Today I sent off my proposal for book two. I’ve spent a long time working out the plot lines, but still it seems that something is missing. My agent is not quite satisfied and I know he has a point, but I’m not sure what to do about it. We’re hoping my editor can put her finger on the weak spots and help me improve them.
I must say that I find it incredibly difficult to work out the subtleties ahead of time. I’m usually four revisions in before I figure out what the hell I’m writing about, or am able to articulate why certain things matter and others don’t. I’m just messy that way, a messy thinker.
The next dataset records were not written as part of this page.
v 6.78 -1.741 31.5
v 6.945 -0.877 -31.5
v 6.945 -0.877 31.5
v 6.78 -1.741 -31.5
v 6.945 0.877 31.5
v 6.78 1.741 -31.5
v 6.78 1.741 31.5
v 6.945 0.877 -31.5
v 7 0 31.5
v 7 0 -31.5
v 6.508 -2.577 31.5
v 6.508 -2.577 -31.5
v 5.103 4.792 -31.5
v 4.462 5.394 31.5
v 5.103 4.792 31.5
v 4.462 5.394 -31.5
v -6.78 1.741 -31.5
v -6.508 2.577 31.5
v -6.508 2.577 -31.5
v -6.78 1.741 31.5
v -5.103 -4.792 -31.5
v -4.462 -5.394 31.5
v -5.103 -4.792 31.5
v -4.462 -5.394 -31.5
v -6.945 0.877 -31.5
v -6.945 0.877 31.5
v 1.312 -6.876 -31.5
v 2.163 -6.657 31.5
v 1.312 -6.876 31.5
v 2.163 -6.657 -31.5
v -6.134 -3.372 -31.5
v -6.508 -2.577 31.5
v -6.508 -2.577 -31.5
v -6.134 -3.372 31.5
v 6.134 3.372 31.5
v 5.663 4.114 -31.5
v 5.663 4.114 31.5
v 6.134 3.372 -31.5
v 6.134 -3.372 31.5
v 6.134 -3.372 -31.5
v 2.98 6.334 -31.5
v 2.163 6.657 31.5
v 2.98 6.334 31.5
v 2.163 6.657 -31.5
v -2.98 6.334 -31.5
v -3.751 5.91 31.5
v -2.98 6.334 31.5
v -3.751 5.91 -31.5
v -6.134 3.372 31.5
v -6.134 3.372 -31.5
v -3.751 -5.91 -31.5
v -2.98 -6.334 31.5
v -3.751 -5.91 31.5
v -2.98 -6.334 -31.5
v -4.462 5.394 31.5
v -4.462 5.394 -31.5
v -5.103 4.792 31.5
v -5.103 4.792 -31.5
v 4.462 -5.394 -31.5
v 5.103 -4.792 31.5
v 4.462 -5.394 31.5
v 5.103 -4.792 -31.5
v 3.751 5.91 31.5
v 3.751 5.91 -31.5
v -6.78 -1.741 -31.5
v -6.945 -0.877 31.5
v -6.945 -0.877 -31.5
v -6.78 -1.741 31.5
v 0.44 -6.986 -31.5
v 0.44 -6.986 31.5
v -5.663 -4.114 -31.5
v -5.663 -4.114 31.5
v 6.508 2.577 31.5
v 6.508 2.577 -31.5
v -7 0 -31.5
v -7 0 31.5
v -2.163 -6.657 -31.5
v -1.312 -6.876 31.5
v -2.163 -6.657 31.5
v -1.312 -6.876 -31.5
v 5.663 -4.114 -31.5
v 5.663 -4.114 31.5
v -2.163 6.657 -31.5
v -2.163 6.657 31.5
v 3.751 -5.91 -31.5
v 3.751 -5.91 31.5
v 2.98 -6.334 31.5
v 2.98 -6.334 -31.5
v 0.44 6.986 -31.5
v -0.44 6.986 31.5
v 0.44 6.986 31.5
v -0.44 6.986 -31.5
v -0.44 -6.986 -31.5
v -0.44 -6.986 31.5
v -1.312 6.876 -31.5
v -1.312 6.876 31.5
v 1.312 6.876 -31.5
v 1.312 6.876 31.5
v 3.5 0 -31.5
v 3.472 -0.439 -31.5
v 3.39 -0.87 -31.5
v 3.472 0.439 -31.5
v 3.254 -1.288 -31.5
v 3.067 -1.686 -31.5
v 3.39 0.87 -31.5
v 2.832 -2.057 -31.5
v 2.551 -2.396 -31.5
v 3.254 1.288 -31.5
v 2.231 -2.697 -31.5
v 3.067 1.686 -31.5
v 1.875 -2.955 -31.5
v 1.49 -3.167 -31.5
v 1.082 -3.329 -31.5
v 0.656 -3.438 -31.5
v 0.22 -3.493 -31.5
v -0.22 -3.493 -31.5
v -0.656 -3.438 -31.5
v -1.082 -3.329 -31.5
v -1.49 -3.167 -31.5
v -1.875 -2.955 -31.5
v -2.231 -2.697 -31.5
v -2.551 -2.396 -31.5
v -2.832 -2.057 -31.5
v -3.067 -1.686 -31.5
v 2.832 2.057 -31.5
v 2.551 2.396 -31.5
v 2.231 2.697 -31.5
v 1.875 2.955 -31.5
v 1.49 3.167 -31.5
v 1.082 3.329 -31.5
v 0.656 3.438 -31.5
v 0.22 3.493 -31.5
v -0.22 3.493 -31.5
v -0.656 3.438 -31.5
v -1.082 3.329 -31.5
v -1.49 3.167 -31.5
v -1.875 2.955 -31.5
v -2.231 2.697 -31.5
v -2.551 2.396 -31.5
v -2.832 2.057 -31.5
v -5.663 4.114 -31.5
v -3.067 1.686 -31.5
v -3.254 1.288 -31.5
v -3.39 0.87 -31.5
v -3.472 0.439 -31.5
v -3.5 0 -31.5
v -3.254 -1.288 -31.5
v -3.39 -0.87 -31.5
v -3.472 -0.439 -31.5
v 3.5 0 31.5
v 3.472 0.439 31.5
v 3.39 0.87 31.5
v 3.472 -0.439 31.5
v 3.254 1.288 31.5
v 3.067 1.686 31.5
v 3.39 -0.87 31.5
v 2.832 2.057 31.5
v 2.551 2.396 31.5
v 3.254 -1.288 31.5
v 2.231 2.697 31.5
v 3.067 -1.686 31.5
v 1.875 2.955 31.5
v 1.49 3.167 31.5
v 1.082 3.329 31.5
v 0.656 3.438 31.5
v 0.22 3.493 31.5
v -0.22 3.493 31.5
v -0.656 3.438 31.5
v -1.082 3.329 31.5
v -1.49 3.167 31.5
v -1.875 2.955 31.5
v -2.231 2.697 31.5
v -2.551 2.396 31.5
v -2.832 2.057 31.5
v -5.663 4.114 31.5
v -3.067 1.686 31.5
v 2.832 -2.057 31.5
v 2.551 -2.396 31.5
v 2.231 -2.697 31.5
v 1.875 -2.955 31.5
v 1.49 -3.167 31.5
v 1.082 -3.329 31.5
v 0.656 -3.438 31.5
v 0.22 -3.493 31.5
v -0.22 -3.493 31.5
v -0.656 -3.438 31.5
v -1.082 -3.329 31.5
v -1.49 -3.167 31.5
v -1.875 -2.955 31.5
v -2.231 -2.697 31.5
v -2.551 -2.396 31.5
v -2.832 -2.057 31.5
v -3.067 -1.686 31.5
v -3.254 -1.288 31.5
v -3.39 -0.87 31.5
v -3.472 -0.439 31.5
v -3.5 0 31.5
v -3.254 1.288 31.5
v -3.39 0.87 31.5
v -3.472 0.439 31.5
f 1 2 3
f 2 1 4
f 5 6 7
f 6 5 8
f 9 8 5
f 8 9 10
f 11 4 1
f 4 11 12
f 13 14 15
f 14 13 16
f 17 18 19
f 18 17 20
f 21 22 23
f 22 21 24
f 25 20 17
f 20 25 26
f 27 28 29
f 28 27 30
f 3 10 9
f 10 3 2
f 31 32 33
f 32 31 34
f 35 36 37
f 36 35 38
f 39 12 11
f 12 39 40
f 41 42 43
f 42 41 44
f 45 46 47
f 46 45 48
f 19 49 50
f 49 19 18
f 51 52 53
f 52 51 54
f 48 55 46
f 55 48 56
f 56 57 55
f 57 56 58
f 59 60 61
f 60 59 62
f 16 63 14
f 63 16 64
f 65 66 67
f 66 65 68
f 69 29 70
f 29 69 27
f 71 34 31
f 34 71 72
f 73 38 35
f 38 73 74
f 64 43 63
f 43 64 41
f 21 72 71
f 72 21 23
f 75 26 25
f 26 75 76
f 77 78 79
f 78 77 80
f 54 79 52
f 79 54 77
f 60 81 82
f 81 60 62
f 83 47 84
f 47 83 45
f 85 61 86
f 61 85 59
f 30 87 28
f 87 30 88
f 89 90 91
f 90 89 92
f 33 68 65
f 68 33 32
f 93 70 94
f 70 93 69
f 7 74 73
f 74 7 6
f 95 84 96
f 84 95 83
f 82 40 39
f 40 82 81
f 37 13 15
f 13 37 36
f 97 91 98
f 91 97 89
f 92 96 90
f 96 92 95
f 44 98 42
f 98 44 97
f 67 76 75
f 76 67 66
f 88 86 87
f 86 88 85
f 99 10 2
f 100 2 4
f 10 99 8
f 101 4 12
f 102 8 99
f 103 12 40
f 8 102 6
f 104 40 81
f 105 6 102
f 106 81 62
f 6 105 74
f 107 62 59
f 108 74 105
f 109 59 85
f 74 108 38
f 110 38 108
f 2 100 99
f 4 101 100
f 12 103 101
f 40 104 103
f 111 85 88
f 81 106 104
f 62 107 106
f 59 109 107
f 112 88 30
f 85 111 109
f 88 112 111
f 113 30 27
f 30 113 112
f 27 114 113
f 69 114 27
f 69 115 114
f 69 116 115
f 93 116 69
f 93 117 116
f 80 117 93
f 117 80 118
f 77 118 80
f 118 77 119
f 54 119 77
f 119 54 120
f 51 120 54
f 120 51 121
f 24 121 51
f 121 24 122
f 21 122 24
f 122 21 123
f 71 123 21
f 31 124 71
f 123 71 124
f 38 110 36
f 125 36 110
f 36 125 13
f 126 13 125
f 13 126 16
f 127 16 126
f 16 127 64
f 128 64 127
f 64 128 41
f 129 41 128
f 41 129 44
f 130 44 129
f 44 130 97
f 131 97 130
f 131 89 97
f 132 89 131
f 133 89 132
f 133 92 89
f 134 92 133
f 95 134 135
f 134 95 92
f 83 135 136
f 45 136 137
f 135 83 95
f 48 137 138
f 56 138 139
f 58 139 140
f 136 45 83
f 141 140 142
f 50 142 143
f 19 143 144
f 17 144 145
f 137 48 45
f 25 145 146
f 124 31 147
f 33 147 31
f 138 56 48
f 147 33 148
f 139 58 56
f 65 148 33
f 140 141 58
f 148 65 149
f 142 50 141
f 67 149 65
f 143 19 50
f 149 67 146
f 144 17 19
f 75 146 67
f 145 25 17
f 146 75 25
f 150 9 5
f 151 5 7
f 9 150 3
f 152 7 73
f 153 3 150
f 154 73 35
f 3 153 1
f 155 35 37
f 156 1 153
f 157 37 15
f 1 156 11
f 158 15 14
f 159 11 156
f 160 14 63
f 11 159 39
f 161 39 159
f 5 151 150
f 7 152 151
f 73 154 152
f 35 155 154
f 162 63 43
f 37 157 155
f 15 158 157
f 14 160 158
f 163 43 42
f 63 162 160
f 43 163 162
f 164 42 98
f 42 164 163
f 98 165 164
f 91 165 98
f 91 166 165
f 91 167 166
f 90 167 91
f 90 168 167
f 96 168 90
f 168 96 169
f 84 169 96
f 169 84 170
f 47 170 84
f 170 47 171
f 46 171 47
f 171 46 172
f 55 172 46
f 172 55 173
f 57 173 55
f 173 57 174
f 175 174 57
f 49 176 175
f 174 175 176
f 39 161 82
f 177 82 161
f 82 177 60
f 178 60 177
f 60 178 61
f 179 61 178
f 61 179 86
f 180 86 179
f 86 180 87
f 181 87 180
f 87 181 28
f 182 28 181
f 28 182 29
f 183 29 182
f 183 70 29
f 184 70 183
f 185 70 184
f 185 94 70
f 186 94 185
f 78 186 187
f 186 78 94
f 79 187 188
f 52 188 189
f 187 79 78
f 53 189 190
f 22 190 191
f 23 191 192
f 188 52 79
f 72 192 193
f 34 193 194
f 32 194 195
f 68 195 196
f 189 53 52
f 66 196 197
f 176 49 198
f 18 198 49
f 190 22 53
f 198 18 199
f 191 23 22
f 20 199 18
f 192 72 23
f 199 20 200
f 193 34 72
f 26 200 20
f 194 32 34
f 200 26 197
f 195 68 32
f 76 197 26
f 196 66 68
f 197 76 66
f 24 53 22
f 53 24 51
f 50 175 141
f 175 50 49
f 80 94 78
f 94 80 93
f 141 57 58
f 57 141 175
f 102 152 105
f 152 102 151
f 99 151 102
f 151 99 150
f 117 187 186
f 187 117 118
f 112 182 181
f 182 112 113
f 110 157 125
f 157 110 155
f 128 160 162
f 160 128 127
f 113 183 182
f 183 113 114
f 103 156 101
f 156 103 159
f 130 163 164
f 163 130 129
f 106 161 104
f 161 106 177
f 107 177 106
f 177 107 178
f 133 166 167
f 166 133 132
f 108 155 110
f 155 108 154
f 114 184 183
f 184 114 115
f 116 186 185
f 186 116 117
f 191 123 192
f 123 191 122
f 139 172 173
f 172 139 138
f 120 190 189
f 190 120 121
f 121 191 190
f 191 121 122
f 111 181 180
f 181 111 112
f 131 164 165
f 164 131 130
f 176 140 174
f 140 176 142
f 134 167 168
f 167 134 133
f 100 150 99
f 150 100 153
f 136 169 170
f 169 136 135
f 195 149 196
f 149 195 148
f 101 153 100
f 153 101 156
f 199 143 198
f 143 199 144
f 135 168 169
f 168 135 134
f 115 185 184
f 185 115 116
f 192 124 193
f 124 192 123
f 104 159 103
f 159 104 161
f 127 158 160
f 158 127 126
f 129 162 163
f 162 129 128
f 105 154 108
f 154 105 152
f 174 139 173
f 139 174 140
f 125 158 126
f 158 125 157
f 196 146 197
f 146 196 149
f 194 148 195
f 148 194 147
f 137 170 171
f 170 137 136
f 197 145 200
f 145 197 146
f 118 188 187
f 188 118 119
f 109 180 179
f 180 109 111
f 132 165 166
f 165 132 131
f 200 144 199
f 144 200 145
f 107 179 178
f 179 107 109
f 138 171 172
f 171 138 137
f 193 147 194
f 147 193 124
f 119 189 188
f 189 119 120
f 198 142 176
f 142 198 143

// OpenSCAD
$fn = 50;


difference() {
	union() {
		translate(v = [0, 0, -31.5000000000]) {
			cylinder(h = 63, r = 7.0000000000);
		}
	}
	union() {
		translate(v = [0, 0, -100.0000000000]) {
			cylinder(h = 200, r = 3.5000000000);
		}
	}
}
I’ve got notebooks and scraps of paper, pages on my laptop and all over my desk, my abandoned index cards and a composition book half-full of sloppy work I suspect I wrote when drunk.
I’m in full avoidance mode at this point, flailing around, which August says is something he does when he’s not confident about the story. Definitely, I’m not confident about the story. I’m never confident about the story, or about much of anything else for that matter. Confidence is one of those fleeting emotions, like joy or bone-deep fear, that sweeps over me in an shivery rush, then subsides as if it had never been. It’s untrustworthy and tends to lead me in the wrong direction, like that time I thought I’d sell insurance for a living, because I aced the tests and had a new wardrobe of pinstriped slacks and shiny belts, and earrings made from silvered leaves—only to realize I’d have to ride shotgun to some cowboy Mormon dude who grinned and leered and wondered aloud if it would be possible for us to get a room. Gust of confidence, blown away.
I’ve learned to write without confidence, with something I can only call belief. There is a story here. Whether I can tell it, I don’t know, but I believe I see a story and that’s all there is for now.
Are you confident about your work?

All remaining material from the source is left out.